Tharumiyo’s voice fell into a quiet murmuration as he replied. ‘How so?’

‘You want the gems, right? The zharaqsa.’ Jupiter grinned then.

Tharumiyo’s aura stayed subdued, as if he tried to hide his thoughts. ‘What of the catalyst gems?’ The old manisaur said with resignation.

‘We will give them to you.’ Jupiter said with a smile. ‘Or some at least.’

‘Some?’ The manisaur became angry now. ‘Why not all? You have no need of them. They are useless to you.’

‘We nuvra… are tricky creatures.’ Jupiter laughed — a mirthless sound. ‘You see, we use this stuff we call money. Perhaps you do too. We don’t have any but we do have zharaqsa. In exchange for the catalyst we will be taken to Naruham, and then whatever help we need to get home… however that works.’

Tharumiyo sighed. ‘And where is the zharaqsa?’

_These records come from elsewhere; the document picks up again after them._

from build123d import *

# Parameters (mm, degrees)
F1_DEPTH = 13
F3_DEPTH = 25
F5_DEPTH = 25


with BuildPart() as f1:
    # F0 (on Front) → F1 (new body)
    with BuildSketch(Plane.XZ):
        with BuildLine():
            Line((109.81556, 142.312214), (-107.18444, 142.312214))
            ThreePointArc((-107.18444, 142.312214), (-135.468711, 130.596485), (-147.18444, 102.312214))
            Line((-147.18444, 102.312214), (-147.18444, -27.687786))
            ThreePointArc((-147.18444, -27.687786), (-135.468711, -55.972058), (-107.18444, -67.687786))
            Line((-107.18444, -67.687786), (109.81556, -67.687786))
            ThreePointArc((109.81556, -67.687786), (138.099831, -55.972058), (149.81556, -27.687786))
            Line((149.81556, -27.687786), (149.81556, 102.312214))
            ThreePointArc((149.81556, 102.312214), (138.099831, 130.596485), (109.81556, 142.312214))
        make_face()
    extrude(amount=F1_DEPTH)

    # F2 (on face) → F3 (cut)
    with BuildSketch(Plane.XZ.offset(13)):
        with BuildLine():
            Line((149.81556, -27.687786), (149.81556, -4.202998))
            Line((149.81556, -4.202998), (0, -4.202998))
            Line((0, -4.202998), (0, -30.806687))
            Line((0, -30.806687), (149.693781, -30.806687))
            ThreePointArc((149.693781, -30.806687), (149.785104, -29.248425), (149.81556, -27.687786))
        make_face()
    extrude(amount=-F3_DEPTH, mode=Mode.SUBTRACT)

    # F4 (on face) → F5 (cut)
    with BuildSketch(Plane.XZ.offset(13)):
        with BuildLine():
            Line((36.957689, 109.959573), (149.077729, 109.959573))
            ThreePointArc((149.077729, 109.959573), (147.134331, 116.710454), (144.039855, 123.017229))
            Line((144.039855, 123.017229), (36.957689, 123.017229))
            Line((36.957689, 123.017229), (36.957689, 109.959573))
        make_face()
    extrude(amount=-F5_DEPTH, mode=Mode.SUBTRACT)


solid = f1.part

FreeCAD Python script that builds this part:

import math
import FreeCAD as App
import Part
import Sketcher
from FreeCAD import Vector

doc = App.newDocument("Part")
body = doc.addObject("PartDesign::Body", "Body")

# Sketch on XZ plane
sketch1 = body.newObject("Sketcher::SketchObject", "Sketch")
sketch1.AttachmentSupport = (doc.getObject("XZ_Plane"), [""])
sketch1.MapMode = "FlatFace"
sketch1.addGeometry([
    Part.LineSegment(Vector(110, 142, 0), Vector(-107, 142, 0)),  # 0
    Part.ArcOfCircle(Part.Circle(Vector(-107, 102, 0), Vector(0, 0, 1), 40), math.radians(90), math.radians(180)),  # 1
    Part.LineSegment(Vector(-147, 102, 0), Vector(-147, -28, 0)),  # 2
    Part.ArcOfCircle(Part.Circle(Vector(-107, -28, 0), Vector(0, 0, 1), 40), math.radians(180), math.radians(270)),  # 3
    Part.LineSegment(Vector(-107, -68, 0), Vector(110, -68, 0)),  # 4
    Part.ArcOfCircle(Part.Circle(Vector(110, -28, 0), Vector(0, 0, 1), 40), math.radians(-90), math.radians(0)),  # 5
    Part.LineSegment(Vector(150, -28, 0), Vector(150, 102, 0)),  # 6
    Part.ArcOfCircle(Part.Circle(Vector(110, 102, 0), Vector(0, 0, 1), 40), math.radians(0), math.radians(90)),  # 7
], False)
sketch1.addConstraint([
    Sketcher.Constraint("Tangent", 0, 2, 1, 1),
    Sketcher.Constraint("Tangent", 1, 2, 2, 1),
    Sketcher.Constraint("Tangent", 2, 2, 3, 1),
    Sketcher.Constraint("Tangent", 3, 2, 4, 1),
    Sketcher.Constraint("Tangent", 4, 2, 5, 1),
    Sketcher.Constraint("Tangent", 5, 2, 6, 1),
    Sketcher.Constraint("Tangent", 6, 2, 7, 1),
    Sketcher.Constraint("Tangent", 7, 2, 0, 1),
    Sketcher.Constraint("Horizontal", 0),
    Sketcher.Constraint("Vertical", 2),
    Sketcher.Constraint("Horizontal", 4),
    Sketcher.Constraint("Vertical", 6),
    Sketcher.Constraint("Equal", 1, 3),
    Sketcher.Constraint("Equal", 3, 5),
    Sketcher.Constraint("Equal", 5, 7),
    Sketcher.Constraint("Radius", 1, 40.000001),
    Sketcher.Constraint("DistanceX", 0, 2, 0, 1, 217.0),
    Sketcher.Constraint("DistanceY", 2, 2, 2, 1, 130.0),
    Sketcher.Constraint("DistanceX", 1, 3, -1, 1, 107.184439),
    Sketcher.Constraint("DistanceY", -1, 1, 1, 3, 102.312213),
])
pad1 = body.newObject("PartDesign::Pad", "Pad")
pad1.Profile = sketch1
pad1.Length = 13

# Sketch on XZ plane
sketch2 = body.newObject("Sketcher::SketchObject", "Sketch001")
sketch2.AttachmentSupport = (doc.getObject("XZ_Plane"), [""])
sketch2.MapMode = "FlatFace"
sketch2.AttachmentOffset = App.Placement(Vector(0, 0, 13), App.Rotation())
sketch2.addGeometry([
    Part.LineSegment(Vector(149.8, -27.7, 0), Vector(149.8, -4.2, 0)),  # 0
    Part.LineSegment(Vector(149.8, -4.2, 0), Vector(0, -4.2, 0)),  # 1
    Part.LineSegment(Vector(0, -4.2, 0), Vector(0, -30.8, 0)),  # 2
    Part.LineSegment(Vector(0, -30.8, 0), Vector(149.7, -30.8, 0)),  # 3
    Part.ArcOfCircle(Part.Circle(Vector(109.8, -27.7, 0), Vector(0, 0, 1), 40), math.radians(-4.47), math.radians(0)),  # 4
], False)
sketch2.addConstraint([
    Sketcher.Constraint("Coincident", 0, 2, 1, 1),
    Sketcher.Constraint("Coincident", 1, 2, 2, 1),
    Sketcher.Constraint("Coincident", 2, 2, 3, 1),
    Sketcher.Constraint("Coincident", 3, 2, 4, 1),
    Sketcher.Constraint("Tangent", 4, 2, 0, 1),
    Sketcher.Constraint("Vertical", 0),
    Sketcher.Constraint("Horizontal", 1),
    Sketcher.Constraint("Vertical", 2),
    Sketcher.Constraint("Horizontal", 3),
    Sketcher.Constraint("PointOnObject", 1, 2, -2),
    Sketcher.Constraint("Radius", 4, 39.999756),
    Sketcher.Constraint("DistanceX", 1, 2, 1, 1, 149.81556),
    Sketcher.Constraint("DistanceX", 3, 1, 3, 2, 149.693781),
    Sketcher.Constraint("DistanceY", 2, 2, 2, 1, 26.603689),
    Sketcher.Constraint("DistanceY", 4, 3, -1, 1, 27.687804),
])
pocket1 = body.newObject("PartDesign::Pocket", "Pocket")
pocket1.Profile = sketch2
pocket1.Length = 25

# Sketch on XZ plane
sketch3 = body.newObject("Sketcher::SketchObject", "Sketch002")
sketch3.AttachmentSupport = (doc.getObject("XZ_Plane"), [""])
sketch3.MapMode = "FlatFace"
sketch3.AttachmentOffset = App.Placement(Vector(0, 0, 13), App.Rotation())
sketch3.addGeometry([
    Part.LineSegment(Vector(37, 110, 0), Vector(149, 110, 0)),
    Part.ArcOfCircle(Part.Circle(Vector(110, 102, 0), Vector(0, 0, 1), 40), math.radians(11), math.radians(31)),
    Part.LineSegment(Vector(144, 123, 0), Vector(37, 123, 0)),
    Part.LineSegment(Vector(37, 123, 0), Vector(37, 110, 0)),
], False)
sketch3.addConstraint([
    Sketcher.Constraint("Coincident", 0, 2, 1, 1),
    Sketcher.Constraint("Coincident", 1, 2, 2, 1),
    Sketcher.Constraint("Coincident", 2, 2, 3, 1),
    Sketcher.Constraint("Coincident", 3, 2, 0, 1),
    Sketcher.Constraint("Horizontal", 0),
    Sketcher.Constraint("Horizontal", 2),
    Sketcher.Constraint("Vertical", 3),
    Sketcher.Constraint("Radius", 1, 40.000024),
    Sketcher.Constraint("DistanceX", 0, 1, 0, 2, 112.12004),
    Sketcher.Constraint("DistanceX", 2, 2, 2, 1, 107.082166),
    Sketcher.Constraint("DistanceY", 3, 2, 3, 1, 13.057656),
    Sketcher.Constraint("DistanceX", -1, 1, 0, 2, 149.077729),
    Sketcher.Constraint("DistanceY", -1, 1, 1, 2, 123.017229),
])
pocket2 = body.newObject("PartDesign::Pocket", "Pocket001")
pocket2.Profile = sketch3
pocket2.Length = 25

doc.recompute()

Jupiter smiled. ‘The catalyst is hidden somewhere safe. You wont find it.’

‘I doubt that.’ Tharumiyo said with arrogant confidence.

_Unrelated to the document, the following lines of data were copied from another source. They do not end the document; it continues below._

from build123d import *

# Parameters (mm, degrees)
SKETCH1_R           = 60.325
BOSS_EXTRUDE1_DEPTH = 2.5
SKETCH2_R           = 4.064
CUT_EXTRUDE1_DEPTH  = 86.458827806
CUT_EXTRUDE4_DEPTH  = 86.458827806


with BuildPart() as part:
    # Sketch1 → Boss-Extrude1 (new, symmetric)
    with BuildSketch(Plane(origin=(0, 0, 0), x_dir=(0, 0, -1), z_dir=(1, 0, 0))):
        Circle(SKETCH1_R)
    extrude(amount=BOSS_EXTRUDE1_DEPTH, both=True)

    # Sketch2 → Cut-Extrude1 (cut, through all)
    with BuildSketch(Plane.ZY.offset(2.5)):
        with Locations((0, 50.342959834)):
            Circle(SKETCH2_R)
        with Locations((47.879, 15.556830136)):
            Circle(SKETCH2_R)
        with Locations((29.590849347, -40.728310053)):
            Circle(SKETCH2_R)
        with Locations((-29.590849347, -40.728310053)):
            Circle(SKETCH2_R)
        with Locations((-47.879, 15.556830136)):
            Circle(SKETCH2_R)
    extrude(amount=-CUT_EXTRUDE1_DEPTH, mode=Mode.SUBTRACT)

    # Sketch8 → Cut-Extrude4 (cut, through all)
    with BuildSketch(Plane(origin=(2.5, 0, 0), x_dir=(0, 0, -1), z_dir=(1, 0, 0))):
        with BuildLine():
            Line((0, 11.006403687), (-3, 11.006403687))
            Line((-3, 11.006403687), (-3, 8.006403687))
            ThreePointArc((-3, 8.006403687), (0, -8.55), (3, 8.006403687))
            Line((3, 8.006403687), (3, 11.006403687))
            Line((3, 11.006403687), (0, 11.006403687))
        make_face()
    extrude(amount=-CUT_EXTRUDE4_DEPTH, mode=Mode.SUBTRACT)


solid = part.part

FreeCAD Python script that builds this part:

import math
import FreeCAD as App
import Part
import Sketcher
from FreeCAD import Vector

doc = App.newDocument("Part")
body = doc.addObject("PartDesign::Body", "Body")

# Sketch on YZ plane
sketch1 = body.newObject("Sketcher::SketchObject", "Sketch")
sketch1.AttachmentSupport = (doc.getObject("YZ_Plane"), [""])
sketch1.MapMode = "FlatFace"
sketch1.addGeometry(Part.Circle(Vector(0, 0, 0), Vector(0, 0, 1), 60.325), False)
sketch1.addConstraint(Sketcher.Constraint("Coincident", 0, 3, -1, 1))
sketch1.addConstraint(Sketcher.Constraint("Diameter", 0, 120.65))
pad1 = body.newObject("PartDesign::Pad", "Pad")
pad1.Profile = sketch1
pad1.Length = 5
pad1.Midplane = True

# Sketch on YZ plane
sketch2 = body.newObject("Sketcher::SketchObject", "Sketch001")
sketch2.AttachmentSupport = (doc.getObject("YZ_Plane"), [""])
sketch2.MapMode = "FlatFace"
sketch2.AttachmentOffset = App.Placement(Vector(0, 0, -2.5), App.Rotation())
sketch2.addGeometry(Part.Circle(Vector(50.34296, 0, 0), Vector(0, 0, 1), 4.064), False)
sketch2.addGeometry(Part.Circle(Vector(15.55683, 47.879, 0), Vector(0, 0, 1), 4.064), False)
sketch2.addGeometry(Part.Circle(Vector(-40.72831, 29.590849, 0), Vector(0, 0, 1), 4.064), False)
sketch2.addGeometry(Part.Circle(Vector(-40.72831, -29.590849, 0), Vector(0, 0, 1), 4.064), False)
sketch2.addGeometry(Part.Circle(Vector(15.55683, -47.879, 0), Vector(0, 0, 1), 4.064), False)
sketch2.addConstraint(Sketcher.Constraint("Equal", 0, 1))
sketch2.addConstraint(Sketcher.Constraint("Equal", 1, 2))
sketch2.addConstraint(Sketcher.Constraint("Equal", 2, 3))
sketch2.addConstraint(Sketcher.Constraint("Equal", 3, 4))
sketch2.addConstraint(Sketcher.Constraint("Symmetric", 2, 3, 3, 3, -1))
sketch2.addConstraint(Sketcher.Constraint("Symmetric", 1, 3, 4, 3, -1))
sketch2.addConstraint(Sketcher.Constraint("PointOnObject", 0, 3, -1))
sketch2.addConstraint(Sketcher.Constraint("Diameter", 0, 8.128))
sketch2.addConstraint(Sketcher.Constraint("DistanceY", -1, 1, 1, 3, 47.879))
sketch2.addConstraint(Sketcher.Constraint("DistanceY", 3, 3, 2, 3, 59.181699))
sketch2.addConstraint(Sketcher.Constraint("DistanceX", -1, 1, 0, 3, 50.34296))
sketch2.addConstraint(Sketcher.Constraint("DistanceX", -1, 1, 1, 3, 15.55683))
sketch2.addConstraint(Sketcher.Constraint("DistanceX", 2, 3, -1, 1, 40.72831))
pocket1 = body.newObject("PartDesign::Pocket", "Pocket")
pocket1.Profile = sketch2
pocket1.Type = "ThroughAll"
pocket1.Reversed = True

# Sketch on YZ plane
sketch3 = body.newObject("Sketcher::SketchObject", "Sketch002")
sketch3.AttachmentSupport = (doc.getObject("YZ_Plane"), [""])
sketch3.MapMode = "FlatFace"
sketch3.AttachmentOffset = App.Placement(Vector(0, 0, 2.5), App.Rotation())
sketch3.addGeometry(Part.LineSegment(Vector(11.006404, 3, 0), Vector(8.006404, 3, 0)), False)
sketch3.addGeometry(Part.ArcOfCircle(Part.Circle(Vector(0, 0, 0), Vector(0, 0, 1), 8.55), math.radians(20.540978), math.radians(339.459022)), False)
sketch3.addGeometry(Part.LineSegment(Vector(8.006404, -3, 0), Vector(11.006404, -3, 0)), False)
sketch3.addGeometry(Part.LineSegment(Vector(11.006404, -3, 0), Vector(11.006404, 3, 0)), False)
sketch3.addConstraint(Sketcher.Constraint("Coincident", 0, 2, 1, 1))
sketch3.addConstraint(Sketcher.Constraint("Coincident", 1, 2, 2, 1))
sketch3.addConstraint(Sketcher.Constraint("Coincident", 2, 2, 3, 1))
sketch3.addConstraint(Sketcher.Constraint("Coincident", 3, 2, 0, 1))
sketch3.addConstraint(Sketcher.Constraint("Horizontal", 0))
sketch3.addConstraint(Sketcher.Constraint("Horizontal", 2))
sketch3.addConstraint(Sketcher.Constraint("Vertical", 3))
sketch3.addConstraint(Sketcher.Constraint("Coincident", 1, 3, -1, 1))
sketch3.addConstraint(Sketcher.Constraint("Vertical", 0, 2, 1, 2))
sketch3.addConstraint(Sketcher.Constraint("DistanceX", 0, 2, 0, 1, 3.0))
sketch3.addConstraint(Sketcher.Constraint("DistanceY", 3, 1, 3, 2, 6.0))
sketch3.addConstraint(Sketcher.Constraint("Radius", 1, 8.55))
pocket2 = body.newObject("PartDesign::Pocket", "Pocket001")
pocket2.Profile = sketch3
pocket2.Type = "ThroughAll"

doc.recompute()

‘Try me.’ Jupiter's thin smile widened then.

Tharumiyo's aura flashed with resignation. ‘However, I am nothing to the rebellion,' he continued. 'I can not help you persuade them. You may as well just hand over the zharaqsa gems.’ Tharumiyo rubbed at the fur feathers on his shoulder as if some old ache bothered him.

‘If you can not.’ Jupiter glanced at Maggie. ‘Then perhaps Red-Back can. It impressed her enough when she saw them first.’

For the first time saw real hope in Maggie’s eyes. For that alone he intended to get them to where they could go home. Whatever, and wherever that might be.

‘So. What do you think?’ Jupiter stood facing away from the window. The warmth of the sun shone on his back. ‘Can you help us now?’

Qhawana laughed. ‘Qhunara jharaqashi thunavasha, qha’naru vashiso sha'vhaqara vu'qan — The crazy ones are those with the clearest vision. For they see what most can not.’

‘Crazy? Sure… we can seem a little crazy sometimes.’ Jupiter locked eyes with Maggie. ‘Even a touch insane. But let’s have more sunshine…’ He turned then held his hands to the golden light. ‘And less rain.’

Maggie laughed. ‘Seems like two can play that game Tharumiyo.’

Qhawana smiled for the first time Jupiter could recall the old man happy. Tharumiyo however remained unreadable.

Just then Tamm entered the room. ‘The captain calls you to the bridge. The navy has found us.’